Produces a coefficient profile plot of the coefficient paths for a fitted “glmnet” object

## S3 method for class 'glmnet'
plot(x, xvar = c("norm", "lambda", "dev"), label = FALSE, ...)
## S3 method for class 'multnet'
plot(x, xvar = c("norm", "lambda", "dev"), label = FALSE, type.coef = c("coef", "2norm"), ...)
## S3 method for class 'mrelnet'
plot(x, xvar = c("norm", "lambda", "dev"), label = FALSE, type.coef = c("coef", "2norm"), ...)

Arguments:

  • x
    • fitted “glmnet” model
  • xvar
    • What is on the X-axis. “norm” plots against the L1-norm of the coefficients, “lambda” against the log-lambda sequence, and “dev” against the percent deviance explained.
  • label
    • If TRUE, label the curves with variable sequence numbers. type.coef If type.coef=“2norm” then a single curve per variable, else if type.coef=“coef”, a coefficient plot per response
    • Other graphical parameters to plot

Details:

  • A coefficient profile plot is produced. If x is a multinomial model, a coefficient plot is produced for each class.

Examples

x=matrix(rnorm(100*20),100,20)
y=rnorm(100)
g2=sample(1:2,100,replace=TRUE)
g4=sample(1:4,100,replace=TRUE)
fit1=glmnet(x,y)
plot(fit1)
plot(fit1,xvar="lambda",label=TRUE)
fit3=glmnet(x,g4,family="multinomial")
plot(fit3,pch=19)

(5) print.glmnet

Print a summary of the glmnet path at each step along the path.

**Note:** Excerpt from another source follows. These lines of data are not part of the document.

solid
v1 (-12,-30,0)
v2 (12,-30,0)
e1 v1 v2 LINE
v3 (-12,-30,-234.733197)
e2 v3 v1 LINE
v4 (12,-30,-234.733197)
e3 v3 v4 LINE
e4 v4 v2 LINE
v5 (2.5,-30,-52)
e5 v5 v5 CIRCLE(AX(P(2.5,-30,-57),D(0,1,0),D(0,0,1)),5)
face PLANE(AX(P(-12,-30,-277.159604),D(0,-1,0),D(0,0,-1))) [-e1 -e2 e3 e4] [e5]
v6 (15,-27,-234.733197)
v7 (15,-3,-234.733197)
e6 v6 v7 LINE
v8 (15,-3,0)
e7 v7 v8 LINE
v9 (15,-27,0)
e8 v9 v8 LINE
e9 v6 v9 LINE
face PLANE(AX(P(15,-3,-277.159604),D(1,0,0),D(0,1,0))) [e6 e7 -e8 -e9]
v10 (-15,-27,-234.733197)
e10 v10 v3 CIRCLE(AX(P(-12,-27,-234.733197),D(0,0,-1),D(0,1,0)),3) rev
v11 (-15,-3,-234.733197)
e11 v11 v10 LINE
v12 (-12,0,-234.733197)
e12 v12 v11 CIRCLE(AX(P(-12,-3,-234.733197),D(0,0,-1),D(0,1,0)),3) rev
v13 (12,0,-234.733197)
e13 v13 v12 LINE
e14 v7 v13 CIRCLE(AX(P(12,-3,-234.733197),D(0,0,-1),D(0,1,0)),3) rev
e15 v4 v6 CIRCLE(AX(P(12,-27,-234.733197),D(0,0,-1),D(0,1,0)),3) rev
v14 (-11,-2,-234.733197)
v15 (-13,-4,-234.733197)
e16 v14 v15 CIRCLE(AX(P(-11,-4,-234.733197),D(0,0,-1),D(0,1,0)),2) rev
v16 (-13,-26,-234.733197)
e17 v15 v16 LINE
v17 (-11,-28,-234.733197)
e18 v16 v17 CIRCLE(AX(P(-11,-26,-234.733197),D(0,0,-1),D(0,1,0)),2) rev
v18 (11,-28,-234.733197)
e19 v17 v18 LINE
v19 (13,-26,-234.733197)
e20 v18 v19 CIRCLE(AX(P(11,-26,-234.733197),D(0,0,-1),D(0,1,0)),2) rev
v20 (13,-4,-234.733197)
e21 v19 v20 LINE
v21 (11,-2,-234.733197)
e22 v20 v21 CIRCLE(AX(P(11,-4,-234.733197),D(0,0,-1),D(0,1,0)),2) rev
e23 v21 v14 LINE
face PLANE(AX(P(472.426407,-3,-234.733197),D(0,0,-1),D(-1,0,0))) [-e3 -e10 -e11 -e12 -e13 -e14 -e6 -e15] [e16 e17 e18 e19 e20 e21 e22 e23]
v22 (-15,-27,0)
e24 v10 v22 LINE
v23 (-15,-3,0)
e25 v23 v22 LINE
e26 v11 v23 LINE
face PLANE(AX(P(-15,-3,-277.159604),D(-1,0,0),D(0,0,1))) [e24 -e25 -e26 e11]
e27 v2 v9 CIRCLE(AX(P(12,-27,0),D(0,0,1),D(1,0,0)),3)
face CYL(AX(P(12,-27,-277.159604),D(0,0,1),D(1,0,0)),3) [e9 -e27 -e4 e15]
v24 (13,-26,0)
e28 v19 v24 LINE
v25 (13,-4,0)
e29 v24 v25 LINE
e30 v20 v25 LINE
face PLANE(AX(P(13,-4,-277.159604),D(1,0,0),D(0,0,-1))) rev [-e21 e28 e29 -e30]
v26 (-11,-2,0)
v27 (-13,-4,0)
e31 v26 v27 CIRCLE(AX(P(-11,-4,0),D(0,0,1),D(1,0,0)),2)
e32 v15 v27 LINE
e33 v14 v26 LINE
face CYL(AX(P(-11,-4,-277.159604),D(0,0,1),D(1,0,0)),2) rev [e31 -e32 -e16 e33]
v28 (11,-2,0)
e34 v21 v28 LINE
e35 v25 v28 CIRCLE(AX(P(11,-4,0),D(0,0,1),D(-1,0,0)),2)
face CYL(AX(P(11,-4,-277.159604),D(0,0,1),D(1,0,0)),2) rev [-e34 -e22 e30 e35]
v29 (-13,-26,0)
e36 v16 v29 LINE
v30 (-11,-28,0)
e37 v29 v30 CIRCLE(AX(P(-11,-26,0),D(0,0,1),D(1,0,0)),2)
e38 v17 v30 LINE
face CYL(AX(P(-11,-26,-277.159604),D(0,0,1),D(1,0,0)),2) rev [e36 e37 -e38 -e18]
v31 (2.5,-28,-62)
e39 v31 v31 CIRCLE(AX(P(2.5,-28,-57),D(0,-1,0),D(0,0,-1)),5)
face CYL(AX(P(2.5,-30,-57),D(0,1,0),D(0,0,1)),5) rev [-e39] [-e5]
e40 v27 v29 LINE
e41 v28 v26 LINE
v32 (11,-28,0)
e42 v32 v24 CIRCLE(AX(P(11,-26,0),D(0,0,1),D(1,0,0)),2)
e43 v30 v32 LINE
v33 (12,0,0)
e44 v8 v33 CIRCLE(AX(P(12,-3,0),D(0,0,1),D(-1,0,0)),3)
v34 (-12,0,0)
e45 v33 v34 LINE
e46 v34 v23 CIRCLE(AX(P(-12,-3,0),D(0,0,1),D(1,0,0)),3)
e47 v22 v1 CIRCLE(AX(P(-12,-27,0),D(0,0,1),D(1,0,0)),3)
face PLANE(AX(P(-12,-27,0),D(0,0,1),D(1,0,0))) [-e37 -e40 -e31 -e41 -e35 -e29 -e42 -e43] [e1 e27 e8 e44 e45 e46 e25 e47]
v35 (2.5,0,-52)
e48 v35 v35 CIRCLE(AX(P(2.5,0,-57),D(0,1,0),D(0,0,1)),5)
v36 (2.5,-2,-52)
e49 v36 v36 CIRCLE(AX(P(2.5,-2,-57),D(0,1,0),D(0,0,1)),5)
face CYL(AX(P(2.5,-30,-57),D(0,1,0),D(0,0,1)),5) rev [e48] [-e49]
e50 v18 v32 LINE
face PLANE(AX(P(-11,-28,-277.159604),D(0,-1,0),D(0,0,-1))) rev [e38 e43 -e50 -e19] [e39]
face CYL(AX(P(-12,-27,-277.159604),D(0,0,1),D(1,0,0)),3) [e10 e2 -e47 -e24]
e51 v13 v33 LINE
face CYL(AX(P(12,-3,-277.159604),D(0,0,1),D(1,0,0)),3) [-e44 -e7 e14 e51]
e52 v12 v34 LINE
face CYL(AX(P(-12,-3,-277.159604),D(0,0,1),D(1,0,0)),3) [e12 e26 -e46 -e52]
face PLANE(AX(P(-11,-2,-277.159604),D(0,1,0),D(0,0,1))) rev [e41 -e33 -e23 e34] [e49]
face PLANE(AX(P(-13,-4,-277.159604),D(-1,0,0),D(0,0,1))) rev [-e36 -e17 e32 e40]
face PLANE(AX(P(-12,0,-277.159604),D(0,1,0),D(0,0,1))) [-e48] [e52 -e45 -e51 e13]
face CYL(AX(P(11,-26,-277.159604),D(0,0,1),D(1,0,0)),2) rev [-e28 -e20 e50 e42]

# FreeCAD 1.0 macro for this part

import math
import FreeCAD as App
import Part
import Sketcher
Q = App.Units.Quantity

doc = App.newDocument("Part")
body = doc.addObject("PartDesign::Body", "Body")

# Sketch on XY plane
sketch1 = doc.addObject("Sketcher::SketchObject", "Sketch")
body.addObject(sketch1)
sketch1.AttachmentSupport = (doc.XY_Plane, [""])
sketch1.MapMode = "FlatFace"
sketch1.addGeometry([
    Part.LineSegment(App.Vector(12, 0, 0), App.Vector(-12, 0, 0)),  # 0
    Part.ArcOfCircle(Part.Circle(App.Vector(-12, -3, 0), App.Vector(0, 0, 1), 3), math.radians(90), math.radians(180)),  # 1
    Part.LineSegment(App.Vector(-15, -3, 0), App.Vector(-15, -27, 0)),  # 2
    Part.ArcOfCircle(Part.Circle(App.Vector(-12, -27, 0), App.Vector(0, 0, 1), 3), math.radians(180), math.radians(270)),  # 3
    Part.LineSegment(App.Vector(-12, -30, 0), App.Vector(12, -30, 0)),  # 4
    Part.ArcOfCircle(Part.Circle(App.Vector(12, -27, 0), App.Vector(0, 0, 1), 3), math.radians(-90), math.radians(0)),  # 5
    Part.LineSegment(App.Vector(15, -27, 0), App.Vector(15, -3, 0)),  # 6
    Part.ArcOfCircle(Part.Circle(App.Vector(12, -3, 0), App.Vector(0, 0, 1), 3), math.radians(0), math.radians(90)),  # 7
    Part.LineSegment(App.Vector(-11, -2, 0), App.Vector(11, -2, 0)),  # 8
    Part.ArcOfCircle(Part.Circle(App.Vector(11, -4, 0), App.Vector(0, 0, 1), 2), math.radians(0), math.radians(90)),  # 9
    Part.LineSegment(App.Vector(13, -4, 0), App.Vector(13, -26, 0)),  # 10
    Part.ArcOfCircle(Part.Circle(App.Vector(11, -26, 0), App.Vector(0, 0, 1), 2), math.radians(-90), math.radians(0)),  # 11
    Part.LineSegment(App.Vector(11, -28, 0), App.Vector(-11, -28, 0)),  # 12
    Part.ArcOfCircle(Part.Circle(App.Vector(-11, -26, 0), App.Vector(0, 0, 1), 2), math.radians(-180), math.radians(-90)),  # 13
    Part.LineSegment(App.Vector(-13, -26, 0), App.Vector(-13, -4, 0)),  # 14
    Part.ArcOfCircle(Part.Circle(App.Vector(-11, -4, 0), App.Vector(0, 0, 1), 2), math.radians(90), math.radians(180)),  # 15
], False)
sketch1.addConstraint([
    Sketcher.Constraint("Tangent", 0, 2, 1, 1),
    Sketcher.Constraint("Tangent", 1, 2, 2, 1),
    Sketcher.Constraint("Tangent", 2, 2, 3, 1),
    Sketcher.Constraint("Tangent", 3, 2, 4, 1),
    Sketcher.Constraint("Tangent", 4, 2, 5, 1),
    Sketcher.Constraint("Tangent", 5, 2, 6, 1),
    Sketcher.Constraint("Tangent", 6, 2, 7, 1),
    Sketcher.Constraint("Tangent", 7, 2, 0, 1),
    Sketcher.Constraint("Tangent", 8, 2, 9, 2),
    Sketcher.Constraint("Tangent", 9, 1, 10, 1),
    Sketcher.Constraint("Tangent", 10, 2, 11, 2),
    Sketcher.Constraint("Tangent", 11, 1, 12, 1),
    Sketcher.Constraint("Tangent", 12, 2, 13, 2),
    Sketcher.Constraint("Tangent", 13, 1, 14, 1),
    Sketcher.Constraint("Tangent", 14, 2, 15, 2),
    Sketcher.Constraint("Tangent", 15, 1, 8, 1),
    Sketcher.Constraint("Horizontal", 0),
    Sketcher.Constraint("Vertical", 2),
    Sketcher.Constraint("Horizontal", 4),
    Sketcher.Constraint("Vertical", 6),
    Sketcher.Constraint("Horizontal", 8),
    Sketcher.Constraint("Vertical", 10),
    Sketcher.Constraint("Horizontal", 12),
    Sketcher.Constraint("Vertical", 14),
    Sketcher.Constraint("Equal", 1, 3),
    Sketcher.Constraint("Equal", 3, 5),
    Sketcher.Constraint("Equal", 5, 7),
    Sketcher.Constraint("Equal", 9, 11),
    Sketcher.Constraint("Equal", 11, 13),
    Sketcher.Constraint("Equal", 13, 15),
    Sketcher.Constraint("Symmetric", 0, 2, 7, 2, -1, 1),
    Sketcher.Constraint("Equal", 4, 2),
    Sketcher.Constraint("Equal", 12, 10),
    Sketcher.Constraint("Radius", 1, Q("3 mm")),
    Sketcher.Constraint("Radius", 9, Q("2 mm")),
    Sketcher.Constraint("DistanceX", 0, 2, 0, 1, Q("24 mm")),
    Sketcher.Constraint("DistanceX", 8, 1, 8, 2, Q("22 mm")),
    Sketcher.Constraint("DistanceX", -1, 1, 9, 3, Q("11 mm")),
    Sketcher.Constraint("DistanceY", 9, 3, -1, 1, Q("4 mm")),
])
pad1 = doc.addObject("PartDesign::Pad", "Pad")
body.addObject(pad1)
pad1.Profile = sketch1
pad1.Length = 234.733197
pad1.Reversed = True

# Sketch on XZ plane
sketch2 = doc.addObject("Sketcher::SketchObject", "Sketch001")
body.addObject(sketch2)
sketch2.AttachmentSupport = (doc.XZ_Plane, [""])
sketch2.MapMode = "FlatFace"
sketch2.addGeometry(Part.Circle(App.Vector(2, -57, 0), App.Vector(0, 0, 1), 5), False)
sketch2.addConstraint([
    Sketcher.Constraint("Diameter", 0, Q("10 mm")),
    Sketcher.Constraint("DistanceY", 0, 3, -1, 1, Q("57 mm")),
    Sketcher.Constraint("DistanceX", -1, 1, 0, 3, Q("2.5 mm")),
])
pocket1 = doc.addObject("PartDesign::Pocket", "Pocket")
body.addObject(pocket1)
pocket1.Profile = sketch2
pocket1.Type = "ThroughAll"
pocket1.Reversed = True

doc.recompute()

## S3 method for class 'glmnet'
print(x, digits = max(3, getOption("digits") - 3), ...)

Arguments:

  • x
    • fitted glmnet object
  • digits
    • significant digits in printout
    • additional print arguments

Details:

  • The call that produced the object x is printed, followed by a three-column matrix with columns Df, %dev and Lambda.
    • Df is the number of nonzero coefficients (Df is a reasonable name only for lasso fits).
    • %dev is the percent deviance explained (relative to the null deviance).

Example:

x = matrix(rnorm(100*20), 100, 20)
y = rnorm(100)
fit1 = glmnet(x, y)
print(fit1)

(6) coef.glmnet

## S3 method for class 'glmnet'
coef(object, 
     s = NULL, 
     exact = FALSE, 
     ...)

Arguments:

  • object
    • Fitted “glmnet” model object.
  • s
    • Value(s) of the penalty parameter lambda at which predictions are required.
    • Default is the entire sequence used to create the model.
  • exact
    • If exact=TRUE, and predictions are to made at values of s not included in the original fit, these values of s are merged with object$lambda, and the model is refit before predictions are made.
    • If exact=FALSE (default), then the predict function uses linear interpolation to make predictions for values of s that do not coincide with those used in the fitting algorithm. Note that exact=TRUE is fragile when used inside a nested sequence of function calls. predict.glmnet() needs to update the model, and expects the data used to create it to be around.
    • Not used. Other arguments to predict.